Jeff Green: Yes. Thanks so much. So on the Retail Media side, there is definitely an opportunity for us to continue to drive spend there. And I’ve mentioned before that I believe the two greatest threats to walled gardens and the bringing down of their walls are number one, CTV for all the reasons we’ve talked about on this call, and number two, Retail Media. And the Retail Media is important because it changes the measurement game. So a few times in the prepared remarks and in the comments I’ve mentioned some of the flaws of measurement inside of walled gardens. But if you’re actually connecting the ads that you showed to a specific user and then the purchase that they make later, it becomes much more irrefutable to show the connection between the ad shown and the purchase.

And Retail just has tremendous promise for that. And not only is that good for advertisers, but that is also good for retailers who are all trying to find their way to compete in this digital world and to compete with the Amazons of the world. So our partnerships with companies like Walgreens and Walmart and Target and so many others are just great examples of the opportunities that exist in Retail Media, and we have merely scratched the surface. And I’m so proud of what we’ve done with those companies and the others. You’re right. I did mention that every advertiser should have an identity strategy and that strategy can’t just be cross your fingers and hope that cookies never go away, and for publishers, they need to have an identity strategy and an authentication strategy.

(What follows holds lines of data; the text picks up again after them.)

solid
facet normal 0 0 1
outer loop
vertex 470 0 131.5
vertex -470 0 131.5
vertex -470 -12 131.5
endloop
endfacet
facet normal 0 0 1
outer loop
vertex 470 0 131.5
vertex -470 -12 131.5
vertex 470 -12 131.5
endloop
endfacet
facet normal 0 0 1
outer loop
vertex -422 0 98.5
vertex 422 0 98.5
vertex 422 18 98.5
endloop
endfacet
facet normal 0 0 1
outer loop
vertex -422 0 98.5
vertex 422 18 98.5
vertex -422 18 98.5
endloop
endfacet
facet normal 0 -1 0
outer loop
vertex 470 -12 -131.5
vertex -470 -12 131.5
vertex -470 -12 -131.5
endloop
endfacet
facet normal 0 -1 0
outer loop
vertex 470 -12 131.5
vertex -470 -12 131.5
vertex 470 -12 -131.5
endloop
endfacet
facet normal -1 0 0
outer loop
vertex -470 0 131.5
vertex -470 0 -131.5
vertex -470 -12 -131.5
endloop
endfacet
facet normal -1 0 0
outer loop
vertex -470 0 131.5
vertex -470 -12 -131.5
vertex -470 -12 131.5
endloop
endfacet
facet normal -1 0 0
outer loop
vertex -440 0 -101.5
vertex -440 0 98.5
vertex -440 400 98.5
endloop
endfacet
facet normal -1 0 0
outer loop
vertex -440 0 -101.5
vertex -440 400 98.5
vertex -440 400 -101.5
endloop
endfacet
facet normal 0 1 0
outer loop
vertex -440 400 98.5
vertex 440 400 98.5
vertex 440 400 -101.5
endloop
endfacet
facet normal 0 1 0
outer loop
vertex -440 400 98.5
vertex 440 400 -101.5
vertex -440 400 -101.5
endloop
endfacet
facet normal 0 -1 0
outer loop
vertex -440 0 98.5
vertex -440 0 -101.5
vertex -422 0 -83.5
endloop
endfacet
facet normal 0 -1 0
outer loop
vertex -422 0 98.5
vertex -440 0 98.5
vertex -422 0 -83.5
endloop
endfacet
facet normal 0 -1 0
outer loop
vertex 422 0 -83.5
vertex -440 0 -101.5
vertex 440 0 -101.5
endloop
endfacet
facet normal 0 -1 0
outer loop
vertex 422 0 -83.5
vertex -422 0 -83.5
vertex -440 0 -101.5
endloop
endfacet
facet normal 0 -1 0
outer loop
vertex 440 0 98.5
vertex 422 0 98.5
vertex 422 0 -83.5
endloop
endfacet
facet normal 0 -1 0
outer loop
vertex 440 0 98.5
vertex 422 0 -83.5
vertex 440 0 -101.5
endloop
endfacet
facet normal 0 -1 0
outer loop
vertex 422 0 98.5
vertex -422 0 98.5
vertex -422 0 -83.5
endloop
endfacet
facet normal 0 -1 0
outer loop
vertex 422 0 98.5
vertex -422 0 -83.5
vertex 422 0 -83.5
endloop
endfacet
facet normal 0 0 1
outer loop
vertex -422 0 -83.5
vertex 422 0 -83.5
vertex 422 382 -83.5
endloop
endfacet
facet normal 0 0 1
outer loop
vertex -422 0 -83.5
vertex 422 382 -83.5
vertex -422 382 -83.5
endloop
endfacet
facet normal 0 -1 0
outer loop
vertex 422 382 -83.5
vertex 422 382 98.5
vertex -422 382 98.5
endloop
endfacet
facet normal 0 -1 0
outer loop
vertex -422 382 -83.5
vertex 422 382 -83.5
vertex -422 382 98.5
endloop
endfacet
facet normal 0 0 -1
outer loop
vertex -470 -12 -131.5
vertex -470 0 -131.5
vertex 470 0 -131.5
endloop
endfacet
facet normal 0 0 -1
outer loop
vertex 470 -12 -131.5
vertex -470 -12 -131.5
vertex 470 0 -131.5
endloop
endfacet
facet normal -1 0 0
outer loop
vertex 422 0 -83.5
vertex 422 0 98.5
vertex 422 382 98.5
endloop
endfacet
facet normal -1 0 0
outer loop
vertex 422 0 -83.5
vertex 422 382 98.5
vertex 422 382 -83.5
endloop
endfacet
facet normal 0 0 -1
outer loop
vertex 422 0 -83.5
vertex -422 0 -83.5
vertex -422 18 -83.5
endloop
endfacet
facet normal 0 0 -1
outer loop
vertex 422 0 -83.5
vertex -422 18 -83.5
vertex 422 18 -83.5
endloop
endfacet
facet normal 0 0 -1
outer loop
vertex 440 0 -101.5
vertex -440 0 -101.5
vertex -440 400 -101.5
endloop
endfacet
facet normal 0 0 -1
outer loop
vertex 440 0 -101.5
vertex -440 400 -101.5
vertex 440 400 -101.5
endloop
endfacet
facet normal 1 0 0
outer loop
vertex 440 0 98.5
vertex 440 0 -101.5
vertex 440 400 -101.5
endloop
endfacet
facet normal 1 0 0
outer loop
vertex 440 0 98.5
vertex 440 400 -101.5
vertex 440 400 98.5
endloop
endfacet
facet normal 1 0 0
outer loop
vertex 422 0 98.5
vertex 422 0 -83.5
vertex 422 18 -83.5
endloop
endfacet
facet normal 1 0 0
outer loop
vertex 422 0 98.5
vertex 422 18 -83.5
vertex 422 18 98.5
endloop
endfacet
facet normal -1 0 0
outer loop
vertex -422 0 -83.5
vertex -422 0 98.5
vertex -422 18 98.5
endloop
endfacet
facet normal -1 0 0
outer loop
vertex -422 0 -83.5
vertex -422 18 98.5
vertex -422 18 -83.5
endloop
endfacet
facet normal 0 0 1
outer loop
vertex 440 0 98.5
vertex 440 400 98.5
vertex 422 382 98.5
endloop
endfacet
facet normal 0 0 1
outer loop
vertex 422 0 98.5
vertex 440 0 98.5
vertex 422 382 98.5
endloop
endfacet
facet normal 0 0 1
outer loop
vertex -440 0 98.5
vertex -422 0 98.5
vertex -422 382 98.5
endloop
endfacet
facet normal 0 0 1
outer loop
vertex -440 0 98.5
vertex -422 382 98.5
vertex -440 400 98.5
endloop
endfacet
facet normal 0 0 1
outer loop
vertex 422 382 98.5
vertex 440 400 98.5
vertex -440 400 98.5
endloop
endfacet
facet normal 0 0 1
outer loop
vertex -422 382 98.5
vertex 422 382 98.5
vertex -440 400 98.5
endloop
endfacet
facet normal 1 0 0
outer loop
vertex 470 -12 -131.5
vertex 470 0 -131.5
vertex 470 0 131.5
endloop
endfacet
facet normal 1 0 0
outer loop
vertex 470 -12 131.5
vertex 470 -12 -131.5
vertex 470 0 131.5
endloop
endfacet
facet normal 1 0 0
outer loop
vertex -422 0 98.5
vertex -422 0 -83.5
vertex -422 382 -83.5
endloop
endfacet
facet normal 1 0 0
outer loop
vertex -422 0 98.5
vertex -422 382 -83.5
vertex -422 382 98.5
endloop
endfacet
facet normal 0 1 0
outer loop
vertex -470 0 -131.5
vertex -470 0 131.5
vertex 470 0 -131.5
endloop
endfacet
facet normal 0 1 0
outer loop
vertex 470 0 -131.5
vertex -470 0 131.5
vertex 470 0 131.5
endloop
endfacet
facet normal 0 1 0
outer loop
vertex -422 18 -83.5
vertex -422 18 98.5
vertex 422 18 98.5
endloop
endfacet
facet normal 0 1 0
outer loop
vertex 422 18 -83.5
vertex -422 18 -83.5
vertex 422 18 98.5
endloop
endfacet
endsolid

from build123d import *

# Parameters (mm, degrees)
F0_W     = 18
F0_H     = 182
F1_DEPTH = 400
F0_W_2   = 940
F0_H_2   = 263
F2_DEPTH = 12
F3_DEPTH = 18
F4_W     = 844
F4_H     = 182
F5_DEPTH = 18


with BuildPart() as f1:
    # F0 (on Front) → F1 (new body)
    with BuildSketch(Plane.XZ):
        with Locations((-431, 7.5)):
            Rectangle(F0_W, F0_H)
        Polygon((-440, -101.5), (440, -101.5), (440, 98.5), (422, 98.5), (422, -83.5), (404, -83.5), (-422, -83.5), (-440, -83.5), align=None)
    extrude(amount=-F1_DEPTH)

    # F4 (on face) → F5 (join)
    with BuildSketch(Plane(origin=(0, 400, 0), x_dir=(-1, 0, 0), z_dir=(0, 1, 0))):
        with Locations((0, 7.5)):
            Rectangle(F4_W, F4_H)
    extrude(amount=-F5_DEPTH)


with BuildPart() as f2:
    # F0 (on Front) → F2 (new body)
    with BuildSketch(Plane.XZ):
        Rectangle(F0_W_2, F0_H_2)
        Polygon((440, 98.5), (440, -101.5), (-440, -101.5), (-440, -83.5), (-440, 98.5), (-422, 98.5), (422, 98.5), align=None, mode=Mode.SUBTRACT)
        Polygon((422, -83.5), (422, 98.5), (-422, 98.5), (-422, -83.5), (404, -83.5), align=None)
        Polygon((-440, -101.5), (440, -101.5), (440, 98.5), (422, 98.5), (422, -83.5), (404, -83.5), (-422, -83.5), (-440, -83.5), align=None)
        with Locations((-431, 7.5)):
            Rectangle(F0_W, F0_H)
    extrude(amount=F2_DEPTH)


with BuildPart() as f3:
    # F0 (on Front) → F3 (new body)
    with BuildSketch(Plane.XZ):
        Polygon((422, -83.5), (422, 98.5), (-422, 98.5), (-422, -83.5), (404, -83.5), align=None)
    extrude(amount=-F3_DEPTH)


solid = Compound([f1.part, f2.part, f3.part])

And what I mean by that is when it comes to authentication, if you’re not in CTV or audio where 100% of your users log-in, and that’s not true of all CTV players, but that’s true of most of them, then you need to find a way to get them logged in and to address consent, in other words, ask them, if you can provide them with personal content and create a quid pro quo that makes it worth it. Everybody needs to be developing that strategy, especially if you’re in browser right now. So they’ve been given a bit more time, but they need to use that time to act. And even if Google does nothing more, you have to use that time to act simply because things like UID are so effective for CTV and audio and other channels and for those that have log-ins even in the browsing world that it will make it so that we prioritize that media over those that are just dependent on cookies or something else.

So naturally, over time, it becomes very important. And this is more important for those in journalism than anywhere, just because they tend to move very slow and not be technological innovators, so it becomes really important that they respond to that. And advertisers, if you’re not putting your data to work with an identity strategy, in other words, how can I use my data in a consumer-friendly way and privacy-centric way, how can I put my data to work so that I can do better marketing? If you’re not thinking about that and honoring the sort of sacred relationship that you have with your customers, then you’re doing it wrong, and you’re likely to lose to those that are doing that. So there’s a fair amount of pressure on both buy-side and sell-side to sort of get with the times.

And all of this change is happening so fast, but all of that has created opportunity for us at an unprecedented pace, and that’s part of the reason why we’re so bullish. And when you add the deployment of what I think is our best product yet and certainly the product that I am most proud of our team for shipping in my whole career, not just at The Trade Desk. In Kokai, I just think we have such a bright future ahead. So thanks for the question and for the discussion today from all of you.

Operator: Thank you. This concludes today’s conference and you may disconnect your lines at this time. Thank you for your participation.